Complications of basilar invagination can include hydrocephalus or syringomyelia due to the spinal fluid being blocked from flowing freely around the brain and spinal cord.


Diagnosis and Treatment of Basilar Invagination (1)

Basilar invagination is usually diagnosed by a specialist in spine care, neurology, or neurosurgery. They will take a medical history of the patient and ask about what symptoms they are experiencing. Then, the medical provider will perform a patient exam to check the neck, reactions to the movement of the neck as well as the reaction of muscles and nerves.


Imaging is most likely the next step for treatment. A medical provider may have one or more of the following tests done to see what’s going on in the brain, neck, and spinal column: an X-ray, a magnetic resonance imaging (MRI) and/or computed tomography (CT) scan of the head and brain, neck and/or spine.


Basilar invagination can get worse as a patient get older. They will need to check in with a spine specialist over time to make sure their condition remains stable and discuss any new symptoms or treatment options.


Treatments for basilar invagination involve conservative, non-surgical approaches as well as invasive surgical approaches which may be considered if symptoms are unbearable or especially detrimental to the patient's quality of life.

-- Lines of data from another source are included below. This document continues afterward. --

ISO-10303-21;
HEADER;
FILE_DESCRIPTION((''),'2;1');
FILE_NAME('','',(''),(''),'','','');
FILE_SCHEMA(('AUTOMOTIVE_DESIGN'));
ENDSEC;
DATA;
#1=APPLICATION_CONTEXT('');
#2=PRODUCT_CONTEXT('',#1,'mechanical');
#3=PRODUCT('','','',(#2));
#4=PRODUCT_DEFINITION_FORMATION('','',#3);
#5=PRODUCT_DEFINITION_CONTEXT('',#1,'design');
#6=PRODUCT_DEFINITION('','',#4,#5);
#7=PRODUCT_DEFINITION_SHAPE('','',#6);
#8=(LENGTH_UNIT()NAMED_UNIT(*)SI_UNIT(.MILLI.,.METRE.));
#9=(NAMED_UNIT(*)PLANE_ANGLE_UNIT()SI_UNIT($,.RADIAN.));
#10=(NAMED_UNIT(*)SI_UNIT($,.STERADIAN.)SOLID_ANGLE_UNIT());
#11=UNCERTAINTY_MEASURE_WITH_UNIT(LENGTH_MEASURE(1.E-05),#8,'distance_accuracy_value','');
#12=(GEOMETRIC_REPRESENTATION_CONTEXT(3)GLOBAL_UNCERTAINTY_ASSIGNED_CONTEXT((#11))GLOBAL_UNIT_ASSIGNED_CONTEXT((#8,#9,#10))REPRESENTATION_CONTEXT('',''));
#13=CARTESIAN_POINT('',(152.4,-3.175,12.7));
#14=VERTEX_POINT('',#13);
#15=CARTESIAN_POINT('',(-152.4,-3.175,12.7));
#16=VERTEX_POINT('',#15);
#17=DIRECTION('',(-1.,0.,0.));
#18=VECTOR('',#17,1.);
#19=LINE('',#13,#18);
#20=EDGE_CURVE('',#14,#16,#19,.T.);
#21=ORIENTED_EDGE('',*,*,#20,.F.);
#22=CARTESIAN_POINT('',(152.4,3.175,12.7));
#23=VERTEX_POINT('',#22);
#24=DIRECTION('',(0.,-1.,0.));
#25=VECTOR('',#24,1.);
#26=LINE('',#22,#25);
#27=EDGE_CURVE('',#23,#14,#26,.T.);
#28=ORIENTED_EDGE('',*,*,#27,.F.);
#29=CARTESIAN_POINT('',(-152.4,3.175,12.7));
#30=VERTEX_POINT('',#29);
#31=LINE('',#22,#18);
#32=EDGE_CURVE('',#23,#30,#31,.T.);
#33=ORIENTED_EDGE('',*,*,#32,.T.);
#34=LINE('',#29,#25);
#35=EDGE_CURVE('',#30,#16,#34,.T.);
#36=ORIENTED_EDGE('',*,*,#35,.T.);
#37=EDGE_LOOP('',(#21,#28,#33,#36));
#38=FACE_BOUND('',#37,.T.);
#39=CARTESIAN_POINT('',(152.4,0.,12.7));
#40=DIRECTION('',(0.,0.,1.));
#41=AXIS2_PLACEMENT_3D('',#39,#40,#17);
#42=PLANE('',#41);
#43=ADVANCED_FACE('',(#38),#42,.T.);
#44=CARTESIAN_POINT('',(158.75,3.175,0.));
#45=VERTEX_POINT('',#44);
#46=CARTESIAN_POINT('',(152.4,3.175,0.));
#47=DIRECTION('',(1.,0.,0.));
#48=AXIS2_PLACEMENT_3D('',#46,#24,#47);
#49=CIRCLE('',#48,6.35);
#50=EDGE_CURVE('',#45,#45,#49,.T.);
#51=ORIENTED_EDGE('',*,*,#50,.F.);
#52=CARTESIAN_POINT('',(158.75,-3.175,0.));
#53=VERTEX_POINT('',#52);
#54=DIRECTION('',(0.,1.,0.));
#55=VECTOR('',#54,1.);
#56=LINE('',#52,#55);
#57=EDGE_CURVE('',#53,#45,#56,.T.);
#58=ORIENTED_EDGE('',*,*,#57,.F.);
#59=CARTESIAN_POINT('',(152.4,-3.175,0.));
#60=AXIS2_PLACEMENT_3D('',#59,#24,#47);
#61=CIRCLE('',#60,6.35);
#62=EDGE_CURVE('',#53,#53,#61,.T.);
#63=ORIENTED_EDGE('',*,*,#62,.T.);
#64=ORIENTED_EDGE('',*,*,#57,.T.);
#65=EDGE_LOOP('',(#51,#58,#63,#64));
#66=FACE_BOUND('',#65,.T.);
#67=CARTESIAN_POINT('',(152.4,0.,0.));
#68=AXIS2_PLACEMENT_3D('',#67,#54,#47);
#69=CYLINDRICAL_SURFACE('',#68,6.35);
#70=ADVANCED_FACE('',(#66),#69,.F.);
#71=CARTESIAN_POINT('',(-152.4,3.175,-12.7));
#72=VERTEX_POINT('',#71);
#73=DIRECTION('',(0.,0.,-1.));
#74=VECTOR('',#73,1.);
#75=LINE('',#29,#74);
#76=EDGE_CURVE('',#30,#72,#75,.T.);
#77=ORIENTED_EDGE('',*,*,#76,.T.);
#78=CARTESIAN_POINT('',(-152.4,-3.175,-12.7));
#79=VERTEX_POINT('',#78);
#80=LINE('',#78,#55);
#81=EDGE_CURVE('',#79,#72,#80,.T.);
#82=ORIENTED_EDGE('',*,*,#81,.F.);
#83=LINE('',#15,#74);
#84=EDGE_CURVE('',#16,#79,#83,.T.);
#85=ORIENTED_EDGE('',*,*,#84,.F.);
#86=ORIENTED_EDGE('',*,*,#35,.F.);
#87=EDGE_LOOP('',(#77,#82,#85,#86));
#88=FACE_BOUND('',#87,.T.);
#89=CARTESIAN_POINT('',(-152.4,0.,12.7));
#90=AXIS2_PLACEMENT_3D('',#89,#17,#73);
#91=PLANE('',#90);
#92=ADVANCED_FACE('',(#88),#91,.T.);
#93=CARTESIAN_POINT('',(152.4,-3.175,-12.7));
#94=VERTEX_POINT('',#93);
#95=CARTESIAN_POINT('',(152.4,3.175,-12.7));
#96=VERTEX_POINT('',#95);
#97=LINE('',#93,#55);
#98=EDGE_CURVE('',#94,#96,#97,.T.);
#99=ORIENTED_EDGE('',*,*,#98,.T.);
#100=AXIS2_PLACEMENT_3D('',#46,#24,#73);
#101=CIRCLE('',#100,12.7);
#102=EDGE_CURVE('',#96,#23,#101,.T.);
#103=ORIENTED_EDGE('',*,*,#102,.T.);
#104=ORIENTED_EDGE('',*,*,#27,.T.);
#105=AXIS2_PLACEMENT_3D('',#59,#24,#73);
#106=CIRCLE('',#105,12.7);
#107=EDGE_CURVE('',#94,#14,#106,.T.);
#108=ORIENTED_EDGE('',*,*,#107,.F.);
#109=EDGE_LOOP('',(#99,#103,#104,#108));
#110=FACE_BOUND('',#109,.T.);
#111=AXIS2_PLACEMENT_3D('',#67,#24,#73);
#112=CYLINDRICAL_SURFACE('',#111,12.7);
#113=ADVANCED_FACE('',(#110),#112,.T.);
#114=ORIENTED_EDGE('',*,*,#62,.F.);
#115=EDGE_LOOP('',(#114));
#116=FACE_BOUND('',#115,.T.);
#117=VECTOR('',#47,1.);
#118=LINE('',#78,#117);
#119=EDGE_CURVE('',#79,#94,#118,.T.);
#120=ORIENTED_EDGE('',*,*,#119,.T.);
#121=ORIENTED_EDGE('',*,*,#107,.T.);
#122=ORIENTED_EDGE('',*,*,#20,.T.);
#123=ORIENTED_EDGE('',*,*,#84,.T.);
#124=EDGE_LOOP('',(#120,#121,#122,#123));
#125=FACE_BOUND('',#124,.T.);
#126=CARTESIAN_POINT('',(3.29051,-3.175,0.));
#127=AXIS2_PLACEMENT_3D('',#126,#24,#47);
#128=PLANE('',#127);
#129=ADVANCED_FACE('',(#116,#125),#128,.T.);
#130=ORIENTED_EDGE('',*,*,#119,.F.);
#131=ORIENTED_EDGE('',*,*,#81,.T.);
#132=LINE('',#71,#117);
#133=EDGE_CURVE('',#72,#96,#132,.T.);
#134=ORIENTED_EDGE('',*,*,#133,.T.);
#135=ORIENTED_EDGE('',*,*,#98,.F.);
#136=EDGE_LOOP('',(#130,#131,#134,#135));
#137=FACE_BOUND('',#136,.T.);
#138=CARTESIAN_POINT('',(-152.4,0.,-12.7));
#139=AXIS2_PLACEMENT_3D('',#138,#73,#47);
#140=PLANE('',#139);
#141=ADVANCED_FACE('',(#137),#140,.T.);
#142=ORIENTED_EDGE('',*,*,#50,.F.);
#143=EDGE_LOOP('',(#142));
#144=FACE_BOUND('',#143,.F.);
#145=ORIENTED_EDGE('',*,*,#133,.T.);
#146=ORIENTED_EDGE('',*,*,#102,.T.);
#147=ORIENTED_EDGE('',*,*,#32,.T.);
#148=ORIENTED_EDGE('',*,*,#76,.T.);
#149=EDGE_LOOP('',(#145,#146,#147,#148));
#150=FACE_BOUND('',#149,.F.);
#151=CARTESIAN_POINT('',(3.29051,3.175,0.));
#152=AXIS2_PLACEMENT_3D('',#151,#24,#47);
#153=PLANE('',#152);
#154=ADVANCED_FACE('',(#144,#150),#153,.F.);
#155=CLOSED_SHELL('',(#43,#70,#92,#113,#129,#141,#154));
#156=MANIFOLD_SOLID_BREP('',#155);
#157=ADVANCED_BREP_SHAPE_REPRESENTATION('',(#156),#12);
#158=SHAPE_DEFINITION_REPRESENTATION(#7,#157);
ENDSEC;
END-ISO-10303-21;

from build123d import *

# Parameters (mm, degrees)
F0_R     = 6.35
F1_DEPTH = 3.175


with BuildPart() as f1:
    # F0 (on Front) → F1 (new body, symmetric)
    with BuildSketch(Plane.XZ):
        with BuildLine():
            ThreePointArc((152.4, -12.7), (165.1, 0), (152.4, 12.7))
            Line((152.4, 12.7), (-152.4, 12.7))
            Line((-152.4, 12.7), (-152.4, -12.7))
            Line((-152.4, -12.7), (152.4, -12.7))
        make_face()
        with Locations((152.4, 0)):
            Circle(F0_R, mode=Mode.SUBTRACT)
    extrude(amount=F1_DEPTH, both=True)


solid = f1.part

Conservative treatments--usually for those with no evidence of pressure on the spinal cord--include:


  • Medications, such as aspirin and steroids to relieve inflammation

  • Neck traction--the neck is pulled along its length, relieving pressure on the spinal cord

  • Physical therapy

    using a neck collar


Surgical treatment is usually reserved for when there is pressure on the spinal cord. It is recommended to relieve the pressure on the patient's brain stem, to stabilize the cervical spine, and restore the flow of the spinal fluid around the brain and spinal cord. Both an orthopedic surgeon and a neurosurgeon are often present to perform this surgery.(2)


The surgery for basilar invagination involves realigning the spine and decompressing any pressure on the brain stem. The cervical spine is then stabilized with a spinal fusion. Vertebrae will be joined together so they are more stable. This can be done using hardware, such a screws and rods as well as bone grafts to fuse with the native bone to create stability when healing.(4) According to Columbia University's Neurosurgery Department, an odontiodectiomey may also be performed to remove the small bit of the C2 vertebra that is sticking out and causing problems. It’s important for patients and medical providers to work together to find a treatment for basilar invagination that takes into consideration the patient’s symptoms, severity, goals, and lifestyle.